In that case, don't screw around with Brooks Brothers. Get your trousers from O'Connell's and be satisfied. They have a proper rise and a full fit.


----------



## dparm (Nov 18, 2008)

Orgetorix said:


> Pretty sure the Madison fit has the longest rise.


I figured as much, but when I have tried those on the fit is just not flattering to my body type. Even the sales associate instantly said, "No, that cut doesn't work for you."


----------



## ThomGault (Oct 6, 2016)

dparm said:


> There are four different fits but it's not clear to me if the rise varies on them either. My problem is that a lot of styles are online-only or are tough to find in the two stores near me, so I'm stuck guessing and then waiting around only to return them.


This information won't directly solve your problem, but if you decide to pursue more BB trials, you can sign up for Shoprunner which gives you free 2-day shipping and returns for BB. I've found it very helpful.


----------



## dparm (Nov 18, 2008)

ThomGault said:


> This information won't directly solve your problem, but if you decide to pursue more BB trials, you can sign up for Shoprunner which gives you free 2-day shipping and returns for BB. I've found it very helpful.


Good to know, thanks. I hadn't considered it. It still ends up being a frustrating process of constantly buying, returning, waiting, etc, even if it's only a 2 day wait versus 5.


----------



## ThomGault (Oct 6, 2016)

dparm said:


> Good to know, thanks. I hadn't considered it. It still ends up being a frustrating process of constantly buying, returning, waiting, etc, even if it's only a 2 day wait versus 5.


 Yes, you're totally right. Have you considered getting a salesman to order quite a few options for you to try on in store?
I'm not trying to push you back toward BB---in fact, Charles' suggestion of O'Connells may be best for you---but even with O'Connell's you run into shipping delays while trying to find the right size. (And neither O'Connell's shipping nor returns are free.)


----------



## dparm (Nov 18, 2008)

So here's a follow-up question: if I am having problems with pants "puffing" between my waist and thighs, does this signify I am buying something with too low of a rise? Similarly, if they fit too snug in the thighs, is this a symptom of the same problem, a sign that particular cut just doesn't work for my legs, or a sign I need to size up slightly and just get the waist taken in?


----------



## Charles Dana (Nov 20, 2006)

dparm said:


> So here's a follow-up question: if I am having problems with pants "puffing" between my waist and thighs, does this signify I am buying something with too low of a rise? Similarly, if they fit too snug in the thighs, is this a symptom of the same problem, or is it a sign that particular cut just doesn't work for my legs?


The difficulties you are experiencing with your trousers have nothing to do with the rise. (A low rise can cause fit as well as aesthetic problems, but the "puffiness" above the thighs and snug fit around the thighs such as you are having are not among them.)

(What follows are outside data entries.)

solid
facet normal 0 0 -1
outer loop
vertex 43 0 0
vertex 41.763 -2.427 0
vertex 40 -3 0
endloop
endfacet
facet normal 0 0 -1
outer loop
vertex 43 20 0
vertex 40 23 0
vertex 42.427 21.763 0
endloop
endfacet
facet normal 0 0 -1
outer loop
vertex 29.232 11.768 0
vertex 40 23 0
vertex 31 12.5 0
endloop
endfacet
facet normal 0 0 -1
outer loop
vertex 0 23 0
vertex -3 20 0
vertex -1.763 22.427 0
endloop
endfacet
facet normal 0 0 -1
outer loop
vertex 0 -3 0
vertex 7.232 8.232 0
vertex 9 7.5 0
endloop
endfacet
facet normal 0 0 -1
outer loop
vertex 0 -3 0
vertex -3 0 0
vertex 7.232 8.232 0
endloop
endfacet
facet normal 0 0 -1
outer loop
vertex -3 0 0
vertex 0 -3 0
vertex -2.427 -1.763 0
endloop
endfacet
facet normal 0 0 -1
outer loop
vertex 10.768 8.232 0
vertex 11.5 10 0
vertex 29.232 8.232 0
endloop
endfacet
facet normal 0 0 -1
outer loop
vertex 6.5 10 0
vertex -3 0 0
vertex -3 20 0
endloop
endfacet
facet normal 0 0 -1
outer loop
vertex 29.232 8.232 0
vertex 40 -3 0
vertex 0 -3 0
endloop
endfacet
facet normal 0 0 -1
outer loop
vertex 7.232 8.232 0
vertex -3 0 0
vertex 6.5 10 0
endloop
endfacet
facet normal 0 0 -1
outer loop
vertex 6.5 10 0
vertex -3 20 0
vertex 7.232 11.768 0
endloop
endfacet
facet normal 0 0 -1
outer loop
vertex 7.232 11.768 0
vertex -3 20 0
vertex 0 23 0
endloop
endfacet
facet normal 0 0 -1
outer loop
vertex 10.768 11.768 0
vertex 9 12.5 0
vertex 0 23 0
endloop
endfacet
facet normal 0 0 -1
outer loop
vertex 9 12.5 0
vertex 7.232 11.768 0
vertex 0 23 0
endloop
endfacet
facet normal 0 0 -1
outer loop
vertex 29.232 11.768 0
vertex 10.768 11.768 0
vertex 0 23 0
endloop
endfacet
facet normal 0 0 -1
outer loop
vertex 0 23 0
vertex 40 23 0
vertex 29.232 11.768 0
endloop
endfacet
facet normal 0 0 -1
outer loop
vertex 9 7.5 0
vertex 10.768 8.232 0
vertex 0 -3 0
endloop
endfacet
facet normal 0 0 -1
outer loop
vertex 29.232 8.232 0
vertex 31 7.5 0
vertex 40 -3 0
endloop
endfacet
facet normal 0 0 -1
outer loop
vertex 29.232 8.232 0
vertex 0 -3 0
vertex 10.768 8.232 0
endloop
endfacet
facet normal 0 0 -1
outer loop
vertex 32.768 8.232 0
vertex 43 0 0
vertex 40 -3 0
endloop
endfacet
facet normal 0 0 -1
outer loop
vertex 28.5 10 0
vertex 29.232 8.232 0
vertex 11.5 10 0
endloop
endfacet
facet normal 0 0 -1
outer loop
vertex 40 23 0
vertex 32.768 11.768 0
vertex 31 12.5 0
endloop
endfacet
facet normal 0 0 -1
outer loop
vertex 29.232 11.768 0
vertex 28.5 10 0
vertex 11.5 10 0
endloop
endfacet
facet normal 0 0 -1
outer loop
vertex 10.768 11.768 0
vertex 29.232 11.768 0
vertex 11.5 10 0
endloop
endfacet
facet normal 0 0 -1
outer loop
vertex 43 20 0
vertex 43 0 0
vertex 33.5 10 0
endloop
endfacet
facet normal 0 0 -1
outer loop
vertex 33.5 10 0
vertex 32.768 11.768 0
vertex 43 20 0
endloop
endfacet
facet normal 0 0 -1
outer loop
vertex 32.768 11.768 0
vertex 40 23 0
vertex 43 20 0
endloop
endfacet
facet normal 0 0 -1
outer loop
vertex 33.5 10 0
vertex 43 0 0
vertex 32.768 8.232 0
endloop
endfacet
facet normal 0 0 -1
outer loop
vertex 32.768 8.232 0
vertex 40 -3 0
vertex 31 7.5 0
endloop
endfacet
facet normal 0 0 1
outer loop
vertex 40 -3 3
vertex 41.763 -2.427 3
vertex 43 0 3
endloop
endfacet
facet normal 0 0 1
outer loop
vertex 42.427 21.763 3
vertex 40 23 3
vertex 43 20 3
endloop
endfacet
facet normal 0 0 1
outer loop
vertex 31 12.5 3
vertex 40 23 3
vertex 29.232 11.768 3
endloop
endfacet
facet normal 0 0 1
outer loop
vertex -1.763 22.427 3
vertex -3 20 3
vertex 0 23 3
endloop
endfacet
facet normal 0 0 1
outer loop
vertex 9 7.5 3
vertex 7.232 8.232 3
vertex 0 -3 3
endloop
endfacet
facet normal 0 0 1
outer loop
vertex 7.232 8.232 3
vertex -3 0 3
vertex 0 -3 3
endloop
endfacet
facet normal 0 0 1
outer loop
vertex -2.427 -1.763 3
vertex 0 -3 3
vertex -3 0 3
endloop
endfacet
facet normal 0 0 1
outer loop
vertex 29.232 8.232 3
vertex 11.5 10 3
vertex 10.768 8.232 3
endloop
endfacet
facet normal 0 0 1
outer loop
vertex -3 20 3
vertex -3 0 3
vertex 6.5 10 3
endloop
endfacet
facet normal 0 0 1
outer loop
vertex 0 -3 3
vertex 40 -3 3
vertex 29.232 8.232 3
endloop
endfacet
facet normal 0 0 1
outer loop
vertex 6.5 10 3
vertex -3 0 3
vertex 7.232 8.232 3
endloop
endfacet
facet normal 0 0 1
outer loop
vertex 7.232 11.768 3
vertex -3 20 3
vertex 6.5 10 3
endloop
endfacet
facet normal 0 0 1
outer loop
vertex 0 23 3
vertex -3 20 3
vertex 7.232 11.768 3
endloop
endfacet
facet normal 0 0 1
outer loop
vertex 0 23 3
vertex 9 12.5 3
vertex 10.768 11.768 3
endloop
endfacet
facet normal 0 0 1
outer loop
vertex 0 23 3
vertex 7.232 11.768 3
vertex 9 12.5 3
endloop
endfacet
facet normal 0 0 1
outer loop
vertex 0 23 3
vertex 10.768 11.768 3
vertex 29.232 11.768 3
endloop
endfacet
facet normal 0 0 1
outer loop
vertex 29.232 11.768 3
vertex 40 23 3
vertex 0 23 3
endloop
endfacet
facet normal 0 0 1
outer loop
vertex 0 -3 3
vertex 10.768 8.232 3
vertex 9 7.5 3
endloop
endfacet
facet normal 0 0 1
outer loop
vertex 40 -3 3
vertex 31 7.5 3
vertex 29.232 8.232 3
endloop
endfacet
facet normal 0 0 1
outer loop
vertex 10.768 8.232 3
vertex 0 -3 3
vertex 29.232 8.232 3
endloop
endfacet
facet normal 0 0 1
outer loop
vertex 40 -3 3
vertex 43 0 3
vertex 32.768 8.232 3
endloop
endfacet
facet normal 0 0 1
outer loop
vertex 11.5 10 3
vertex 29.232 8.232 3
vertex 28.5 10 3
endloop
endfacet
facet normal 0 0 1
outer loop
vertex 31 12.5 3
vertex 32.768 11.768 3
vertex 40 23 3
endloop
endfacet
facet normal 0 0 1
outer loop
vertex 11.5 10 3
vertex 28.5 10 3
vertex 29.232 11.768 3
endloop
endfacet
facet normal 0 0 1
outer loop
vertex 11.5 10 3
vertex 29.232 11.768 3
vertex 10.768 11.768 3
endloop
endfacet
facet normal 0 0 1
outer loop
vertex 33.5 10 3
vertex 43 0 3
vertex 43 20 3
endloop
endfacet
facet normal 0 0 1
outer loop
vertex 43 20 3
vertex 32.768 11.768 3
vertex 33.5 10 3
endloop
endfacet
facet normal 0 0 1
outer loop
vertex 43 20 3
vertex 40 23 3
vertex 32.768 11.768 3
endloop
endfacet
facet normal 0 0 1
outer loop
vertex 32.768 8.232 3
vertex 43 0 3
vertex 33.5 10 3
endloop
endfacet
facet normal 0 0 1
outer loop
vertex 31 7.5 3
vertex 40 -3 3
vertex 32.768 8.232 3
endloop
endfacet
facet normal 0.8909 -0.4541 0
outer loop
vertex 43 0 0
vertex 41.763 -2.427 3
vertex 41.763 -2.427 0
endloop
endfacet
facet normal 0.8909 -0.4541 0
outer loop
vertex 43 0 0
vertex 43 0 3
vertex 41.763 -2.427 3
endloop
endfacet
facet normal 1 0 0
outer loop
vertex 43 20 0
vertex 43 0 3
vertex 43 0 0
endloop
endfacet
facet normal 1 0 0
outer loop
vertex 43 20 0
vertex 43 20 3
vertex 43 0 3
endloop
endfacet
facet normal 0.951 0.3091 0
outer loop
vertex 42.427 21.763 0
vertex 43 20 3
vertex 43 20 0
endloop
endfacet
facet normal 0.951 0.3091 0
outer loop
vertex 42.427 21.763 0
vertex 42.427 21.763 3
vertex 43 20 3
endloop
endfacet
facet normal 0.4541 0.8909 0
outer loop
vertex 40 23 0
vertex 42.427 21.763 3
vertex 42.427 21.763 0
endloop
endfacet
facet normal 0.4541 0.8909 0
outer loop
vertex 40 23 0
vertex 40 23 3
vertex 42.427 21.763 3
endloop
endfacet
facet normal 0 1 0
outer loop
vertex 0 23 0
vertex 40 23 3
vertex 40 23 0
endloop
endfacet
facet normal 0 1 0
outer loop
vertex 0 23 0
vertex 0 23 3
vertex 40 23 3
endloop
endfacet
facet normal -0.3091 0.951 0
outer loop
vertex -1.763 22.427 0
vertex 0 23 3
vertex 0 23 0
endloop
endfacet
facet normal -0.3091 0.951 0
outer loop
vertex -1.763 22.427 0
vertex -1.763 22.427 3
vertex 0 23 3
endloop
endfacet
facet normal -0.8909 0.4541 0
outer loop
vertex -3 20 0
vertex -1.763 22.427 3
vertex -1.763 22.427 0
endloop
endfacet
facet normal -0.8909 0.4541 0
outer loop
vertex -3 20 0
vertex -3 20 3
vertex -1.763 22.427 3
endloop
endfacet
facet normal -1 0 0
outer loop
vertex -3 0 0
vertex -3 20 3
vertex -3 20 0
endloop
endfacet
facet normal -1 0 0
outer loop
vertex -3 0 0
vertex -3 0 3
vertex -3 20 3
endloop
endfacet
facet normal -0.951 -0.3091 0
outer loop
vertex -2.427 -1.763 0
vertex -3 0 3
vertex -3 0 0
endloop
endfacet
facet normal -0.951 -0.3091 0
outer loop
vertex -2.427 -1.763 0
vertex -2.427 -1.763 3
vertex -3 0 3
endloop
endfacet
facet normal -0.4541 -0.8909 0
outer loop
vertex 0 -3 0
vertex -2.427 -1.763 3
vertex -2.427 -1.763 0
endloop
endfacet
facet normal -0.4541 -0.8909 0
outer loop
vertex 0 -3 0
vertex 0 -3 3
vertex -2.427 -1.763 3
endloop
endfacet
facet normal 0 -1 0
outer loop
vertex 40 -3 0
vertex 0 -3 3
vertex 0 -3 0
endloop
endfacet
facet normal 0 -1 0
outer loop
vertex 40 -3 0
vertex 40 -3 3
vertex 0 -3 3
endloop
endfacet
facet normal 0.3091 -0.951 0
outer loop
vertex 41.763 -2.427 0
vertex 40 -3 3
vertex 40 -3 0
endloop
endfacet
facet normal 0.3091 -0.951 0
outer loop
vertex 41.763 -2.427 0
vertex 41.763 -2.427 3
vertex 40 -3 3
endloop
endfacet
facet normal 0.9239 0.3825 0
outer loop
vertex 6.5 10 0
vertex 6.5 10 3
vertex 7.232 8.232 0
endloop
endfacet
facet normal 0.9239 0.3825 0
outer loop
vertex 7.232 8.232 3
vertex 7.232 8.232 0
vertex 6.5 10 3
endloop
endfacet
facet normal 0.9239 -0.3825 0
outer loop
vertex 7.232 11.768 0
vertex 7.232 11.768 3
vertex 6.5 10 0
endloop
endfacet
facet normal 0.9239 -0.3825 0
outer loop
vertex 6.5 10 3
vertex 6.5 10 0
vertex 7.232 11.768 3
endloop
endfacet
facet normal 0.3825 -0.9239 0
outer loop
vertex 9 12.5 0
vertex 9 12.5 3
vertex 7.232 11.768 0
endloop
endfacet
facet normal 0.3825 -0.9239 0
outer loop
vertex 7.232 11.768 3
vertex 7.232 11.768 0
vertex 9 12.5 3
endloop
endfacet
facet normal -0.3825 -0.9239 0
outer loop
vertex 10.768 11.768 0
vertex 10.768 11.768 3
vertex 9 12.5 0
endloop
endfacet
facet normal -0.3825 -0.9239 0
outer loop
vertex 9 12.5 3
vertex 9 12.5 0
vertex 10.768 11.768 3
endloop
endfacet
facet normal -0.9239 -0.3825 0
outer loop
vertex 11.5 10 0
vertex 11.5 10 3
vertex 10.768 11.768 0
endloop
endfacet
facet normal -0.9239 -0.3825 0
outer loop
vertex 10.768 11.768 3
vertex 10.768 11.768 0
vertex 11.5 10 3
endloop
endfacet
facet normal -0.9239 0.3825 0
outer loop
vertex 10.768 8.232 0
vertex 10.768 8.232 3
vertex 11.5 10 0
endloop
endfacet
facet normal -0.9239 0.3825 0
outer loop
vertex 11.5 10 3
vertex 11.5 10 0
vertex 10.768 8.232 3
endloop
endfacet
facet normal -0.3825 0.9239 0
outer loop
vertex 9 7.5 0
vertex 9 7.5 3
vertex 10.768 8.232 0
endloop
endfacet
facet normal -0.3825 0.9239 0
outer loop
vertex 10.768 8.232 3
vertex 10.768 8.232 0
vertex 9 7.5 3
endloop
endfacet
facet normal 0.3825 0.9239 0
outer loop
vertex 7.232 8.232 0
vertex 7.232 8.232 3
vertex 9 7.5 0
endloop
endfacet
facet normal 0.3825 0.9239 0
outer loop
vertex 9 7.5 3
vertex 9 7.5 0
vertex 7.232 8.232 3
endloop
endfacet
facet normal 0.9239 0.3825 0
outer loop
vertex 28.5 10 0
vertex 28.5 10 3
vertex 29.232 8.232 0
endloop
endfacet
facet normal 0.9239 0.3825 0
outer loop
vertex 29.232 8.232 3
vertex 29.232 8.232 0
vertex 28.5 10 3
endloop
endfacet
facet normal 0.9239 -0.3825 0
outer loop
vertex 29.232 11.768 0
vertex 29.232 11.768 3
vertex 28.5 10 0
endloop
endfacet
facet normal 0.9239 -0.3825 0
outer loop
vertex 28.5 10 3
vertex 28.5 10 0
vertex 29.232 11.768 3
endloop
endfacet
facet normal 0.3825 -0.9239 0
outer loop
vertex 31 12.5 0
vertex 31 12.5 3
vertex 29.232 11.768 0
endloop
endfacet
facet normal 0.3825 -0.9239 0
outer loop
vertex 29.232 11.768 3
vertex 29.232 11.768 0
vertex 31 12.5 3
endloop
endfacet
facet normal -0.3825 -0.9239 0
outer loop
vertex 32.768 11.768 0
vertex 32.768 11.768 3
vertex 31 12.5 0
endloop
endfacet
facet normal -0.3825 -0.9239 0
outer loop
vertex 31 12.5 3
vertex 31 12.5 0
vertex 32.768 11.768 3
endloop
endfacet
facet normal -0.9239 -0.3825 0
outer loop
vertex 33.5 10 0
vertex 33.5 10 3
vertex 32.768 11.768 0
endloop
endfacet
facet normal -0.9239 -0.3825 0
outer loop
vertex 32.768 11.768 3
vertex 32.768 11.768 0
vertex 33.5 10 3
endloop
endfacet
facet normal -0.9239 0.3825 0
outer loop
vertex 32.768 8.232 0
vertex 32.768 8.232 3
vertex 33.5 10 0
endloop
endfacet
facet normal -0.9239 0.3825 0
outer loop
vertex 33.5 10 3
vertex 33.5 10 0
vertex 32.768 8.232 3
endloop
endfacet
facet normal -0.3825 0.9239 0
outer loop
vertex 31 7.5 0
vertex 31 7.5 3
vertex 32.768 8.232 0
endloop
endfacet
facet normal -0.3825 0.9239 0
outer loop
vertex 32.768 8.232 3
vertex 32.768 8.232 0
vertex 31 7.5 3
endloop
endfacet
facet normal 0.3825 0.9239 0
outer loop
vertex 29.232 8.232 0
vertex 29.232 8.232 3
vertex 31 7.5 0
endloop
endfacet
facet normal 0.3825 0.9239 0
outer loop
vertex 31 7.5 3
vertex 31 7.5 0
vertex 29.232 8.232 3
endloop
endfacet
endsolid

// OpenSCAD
// Rounded mounting plate with two bolt holes — 2D offset + boolean holes,
// then extruded. Circle resolution comes from $fa/$fs (no explicit $fn).
linear_extrude(3)
difference() {
    offset(r = 3) square([40, 20]);
    translate([9, 10])  circle(2.5);
    translate([31, 10]) circle(2.5);
}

It's impossible to diagnose the cause(s) of your dilemma without seeing you wearing a pair of problematic trousers. Any chance you can post front-, side-, and back-view photos of yourself wearing a pair of trousers that are causing you grief? It would help if we could see how your body is shaped and if you have large thighs relative to your waist.


----------



## dparm (Nov 18, 2008)

Charles Dana said:


> The difficulties you are experiencing with your trousers have nothing to do with the rise. (A low rise can cause fit as well as aesthetic problems, but the "puffiness" above the thighs and snug fit around the thighs such as you are having are not among them.)
> 
> It's impossible to diagnose the cause(s) of your dilemma without seeing you wearing a pair of problematic trousers. Any chance you can post front-, side-, and back-view photos of yourself wearing a pair of trousers that are causing you grief? It would help if we could see how your body is shaped and if you have large thighs relative to your waist.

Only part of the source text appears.